## Assignment
Copy verbatim the material from its first line to the line that holds "0), (-4.600309, -2.519569))", including that line.
[Start of Attachment]
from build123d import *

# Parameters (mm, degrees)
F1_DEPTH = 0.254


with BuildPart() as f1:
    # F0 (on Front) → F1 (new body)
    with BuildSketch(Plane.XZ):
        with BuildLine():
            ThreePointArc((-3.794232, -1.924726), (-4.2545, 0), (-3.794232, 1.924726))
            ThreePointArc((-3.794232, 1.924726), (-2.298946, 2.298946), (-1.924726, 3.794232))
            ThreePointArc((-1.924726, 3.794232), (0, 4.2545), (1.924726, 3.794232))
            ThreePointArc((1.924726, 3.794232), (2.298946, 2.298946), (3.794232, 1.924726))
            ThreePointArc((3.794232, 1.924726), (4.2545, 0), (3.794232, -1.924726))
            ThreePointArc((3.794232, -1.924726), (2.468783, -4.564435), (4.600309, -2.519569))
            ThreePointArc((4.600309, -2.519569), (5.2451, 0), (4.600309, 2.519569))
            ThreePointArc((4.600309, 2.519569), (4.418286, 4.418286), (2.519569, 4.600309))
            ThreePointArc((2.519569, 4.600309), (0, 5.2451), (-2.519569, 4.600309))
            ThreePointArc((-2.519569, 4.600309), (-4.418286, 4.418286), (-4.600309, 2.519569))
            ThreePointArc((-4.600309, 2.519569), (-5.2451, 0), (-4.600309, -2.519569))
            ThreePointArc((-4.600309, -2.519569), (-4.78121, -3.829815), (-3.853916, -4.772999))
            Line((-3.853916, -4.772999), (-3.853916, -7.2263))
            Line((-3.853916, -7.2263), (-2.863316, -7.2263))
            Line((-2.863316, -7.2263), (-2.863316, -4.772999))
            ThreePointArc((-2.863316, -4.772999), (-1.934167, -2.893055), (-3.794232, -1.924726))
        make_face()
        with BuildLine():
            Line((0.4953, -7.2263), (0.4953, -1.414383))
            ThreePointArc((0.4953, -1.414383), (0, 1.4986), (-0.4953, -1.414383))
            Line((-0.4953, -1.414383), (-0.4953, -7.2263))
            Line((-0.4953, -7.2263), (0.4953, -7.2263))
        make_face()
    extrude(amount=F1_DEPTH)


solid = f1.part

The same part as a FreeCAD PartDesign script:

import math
import FreeCAD as App
import Part
import Sketcher
Q = App.Units.Quantity

doc = App.newDocument("Part")
body = doc.addObject("PartDesign::Body", "Body")
body.AllowCompound = True

sketch1 = body.newObject("Sketcher::SketchObject", "Sketch")
sketch1.AttachmentSupport = (doc.getObject("XZ_Plane"), [""])
sketch1.MapMode = "FlatFace"
sketch1.addGeometry([
    Part.ArcOfCircle(Part.Circle(App.Vector(0, 0, 0), App.Vector(0, 0, 1), 4.3), math.radians(153), math.radians(207)),
    Part.ArcOfCircle(Part.Circle(App.Vector(-3.4, 3.4, 0), App.Vector(0, 0, 1), 1.5), math.radians(-107), math.radians(17)),
    Part.ArcOfCircle(Part.Circle(App.Vector(0, 0, 0), App.Vector(0, 0, 1), 4.3), math.radians(63), math.radians(117)),
    Part.ArcOfCircle(Part.Circle(App.Vector(3.4, 3.4, 0), App.Vector(0, 0, 1), 1.5), math.radians(163), math.radians(287)),
    Part.ArcOfCircle(Part.Circle(App.Vector(0, 0, 0), App.Vector(0, 0, 1), 4.3), math.radians(-27), math.radians(27)),
    Part.ArcOfCircle(Part.Circle(App.Vector(3.4, -3.4, 0), App.Vector(0, 0, 1), 1.5), math.radians(73), math.radians(394)),
    Part.ArcOfCircle(Part.Circle(App.Vector(0, 0, 0), App.Vector(0, 0, 1), 5.2), math.radians(-29), math.radians(29)),
    Part.ArcOfCircle(Part.Circle(App.Vector(3.4, 3.4, 0), App.Vector(0, 0, 1), 1.5), math.radians(-34), math.radians(124)),
    Part.ArcOfCircle(Part.Circle(App.Vector(0, 0, 0), App.Vector(0, 0, 1), 5.2), math.radians(61), math.radians(119)),
    Part.ArcOfCircle(Part.Circle(App.Vector(-3.4, 3.4, 0), App.Vector(0, 0, 1), 1.5), math.radians(56), math.radians(214)),
    Part.ArcOfCircle(Part.Circle(App.Vector(0, 0, 0), App.Vector(0, 0, 1), 5.2), math.radians(151), math.radians(209)),
    Part.ArcOfCircle(Part.Circle(App.Vector(-3.4, -3.4, 0), App.Vector(0, 0, 1), 1.5), math.radians(146), math.radians(251)),
    Part.LineSegment(App.Vector(-3.9, -4.8, 0), App.Vector(-3.9, -7.2, 0)),
    Part.LineSegment(App.Vector(-3.9, -7.2, 0), App.Vector(-2.9, -7.2, 0)),
    Part.LineSegment(App.Vector(-2.9, -7.2, 0), App.Vector(-2.9, -4.8, 0)),
    Part.ArcOfCircle(Part.Circle(App.Vector(-3.4, -3.4, 0), App.Vector(0, 0, 1), 1.5), math.radians(-71), math.radians(107)),
    Part.LineSegment(App.Vector(0.5, -7.2, 0), App.Vector(0.5, -1.4, 0)),
    Part.ArcOfCircle(Part.Circle(App.Vector(0, 0, 0), App.Vector(0, 0, 1), 1.5), math.radians(-71), math.radians(251)),
    Part.LineSegment(App.Vector(-0.5, -1.4, 0), App.Vector(-0.5, -7.2, 0)),
    Part.LineSegment(App.Vector(-0.5, -7.2, 0), App.Vector(0.5, -7.2, 0)),
], False)
sketch1.addConstraint([
    Sketcher.Constraint("Coincident", 0, 1, 1, 1),
    Sketcher.Constraint("Coincident", 1, 2, 2, 2),
    Sketcher.Constraint("Coincident", 2, 1, 3, 1),
    Sketcher.Constraint("Coincident", 3, 2, 4, 2),
    Sketcher.Constraint("Coincident", 4, 1, 5, 1),
    Sketcher.Constraint("Coincident", 5, 2, 6, 1),
    Sketcher.Constraint("Coincident", 6, 2, 7, 1),
    Sketcher.Constraint("Coincident", 7, 2, 8, 1),
    Sketcher.Constraint("Coincident", 8, 2, 9, 1),
    Sketcher.Constraint("Coincident", 9, 2, 10, 1),
    Sketcher.Constraint("Coincident", 10, 2, 11, 1),
    Sketcher.Constraint("Coincident", 11, 2, 12, 1),
    Sketcher.Constraint("Coincident", 12, 2, 13, 1),
    Sketcher.Constraint("Coincident", 13, 2, 14, 1),
    Sketcher.Constraint("Coincident", 14, 2, 15, 1),
    Sketcher.Constraint("Coincident", 15, 2, 0, 2),
    Sketcher.Constraint("Coincident", 16, 2, 17, 1),
    Sketcher.Constraint("Coincident", 17, 2, 18, 1),
    Sketcher.Constraint("Coincident", 18, 2, 19, 1),
    Sketcher.Constraint("Coincident", 19, 2, 16, 1),
    Sketcher.Constraint("Vertical", 12),
    Sketcher.Constraint("Horizontal", 13),
    Sketcher.Constraint("Vertical", 14),
    Sketcher.Constraint("Vertical", 16),
    Sketcher.Constraint("Vertical", 18),
    Sketcher.Constraint("Horizontal", 19),
    Sketcher.Constraint("Coincident", 0, 3, -1, 1),
    Sketcher.Constraint("Coincident", 2, 3, -1, 1),
    Sketcher.Constraint("Coincident", 4, 3, -1, 1),
    Sketcher.Constraint("Coincident", 6, 3, -1, 1),
    Sketcher.Constraint("Coincident", 8, 3, -1, 1),
    Sketcher.Constraint("Coincident", 10, 3, -1, 1),
    Sketcher.Constraint("Coincident", 17, 3, -1, 1),
    Sketcher.Constraint("Coincident", 7, 3, 3, 3),
    Sketcher.Constraint("Coincident", 9, 3, 1, 3),
    Sketcher.Constraint("Coincident", 15, 3, 11, 3),
    Sketcher.Constraint("Equal", 0, 2),
    Sketcher.Constraint("Equal", 1, 3),
    Sketcher.Constraint("Equal", 2, 4),
    Sketcher.Constraint("Equal", 3, 5),
    Sketcher.Constraint("Equal", 5, 7),
    Sketcher.Constraint("Equal", 6, 8),
    Sketcher.Constraint("Equal", 7, 9),
    Sketcher.Constraint("Equal", 8, 10),
    Sketcher.Constraint("Equal", 9, 11),
    Sketcher.Constraint("Equal", 11, 15),
    Sketcher.Constraint("Equal", 15, 17),
    Sketcher.Constraint("Symmetric", 1, 3, 5, 3, -1, 1),
    Sketcher.Constraint("Symmetric", 3, 3, 11, 3, -1, 1),
    Sketcher.Constraint("Symmetric", 1, 3, 3, 3, -2),
    Sketcher.Constraint("Horizontal", 11, 2, 14, 2),
    Sketcher.Constraint("Horizontal", 16, 2, 17, 2),
    Sketcher.Constraint("Horizontal", 13, 2, 18, 2),
    Sketcher.Constraint("Equal", 13, 19),
    Sketcher.Constraint("Radius", 1, Q("0.059 in")),
    Sketcher.Constraint("Radius", 0, Q("0.1674998 in")),
    Sketcher.Constraint("Radius", 6, Q("0.2064999 in")),
    Sketcher.Constraint("DistanceX", 13, 1, 13, 2, Q("0.039 in")),
    Sketcher.Constraint("DistanceY", 12, 2, 12, 1, Q("2.453301 mm")),
    Sketcher.Constraint("DistanceY", 12, 2, -1, 1, Q("0.2845 in")),
    Sketcher.Constraint("DistanceX", -1, 1, 5, 2, Q("4.600309 mm")),
])
pad1 = body.newObject("PartDesign::Pad", "Pad")
pad1.Profile = sketch1
pad1.Length = Q("0.01 in")

doc.recompute()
[End of Attachment]
## Answer box
from build123d import *

# Parameters (mm, degrees)
F1_DEPTH = 0.254


with BuildPart() as f1:
    # F0 (on Front) → F1 (new body)
    with BuildSketch(Plane.XZ):
        with BuildLine():
            ThreePointArc((-3.794232, -1.924726), (-4.2545, 0), (-3.794232, 1.924726))
            ThreePointArc((-3.794232, 1.924726), (-2.298946, 2.298946), (-1.924726, 3.794232))
            ThreePointArc((-1.924726, 3.794232), (0, 4.2545), (1.924726, 3.794232))
            ThreePointArc((1.924726, 3.794232), (2.298946, 2.298946), (3.794232, 1.924726))
            ThreePointArc((3.794232, 1.924726), (4.2545, 0), (3.794232, -1.924726))
            ThreePointArc((3.794232, -1.924726), (2.468783, -4.564435), (4.600309, -2.519569))
            ThreePointArc((4.600309, -2.519569), (5.2451, 0), (4.600309, 2.519569))
            ThreePointArc((4.600309, 2.519569), (4.418286, 4.418286), (2.519569, 4.600309))
            ThreePointArc((2.519569, 4.600309), (0, 5.2451), (-2.519569, 4.600309))
            ThreePointArc((-2.519569, 4.600309), (-4.418286, 4.418286), (-4.600309, 2.519569))
            ThreePointArc((-4.600309, 2.519569), (-5.2451, 0), (-4.600309, -2.519569))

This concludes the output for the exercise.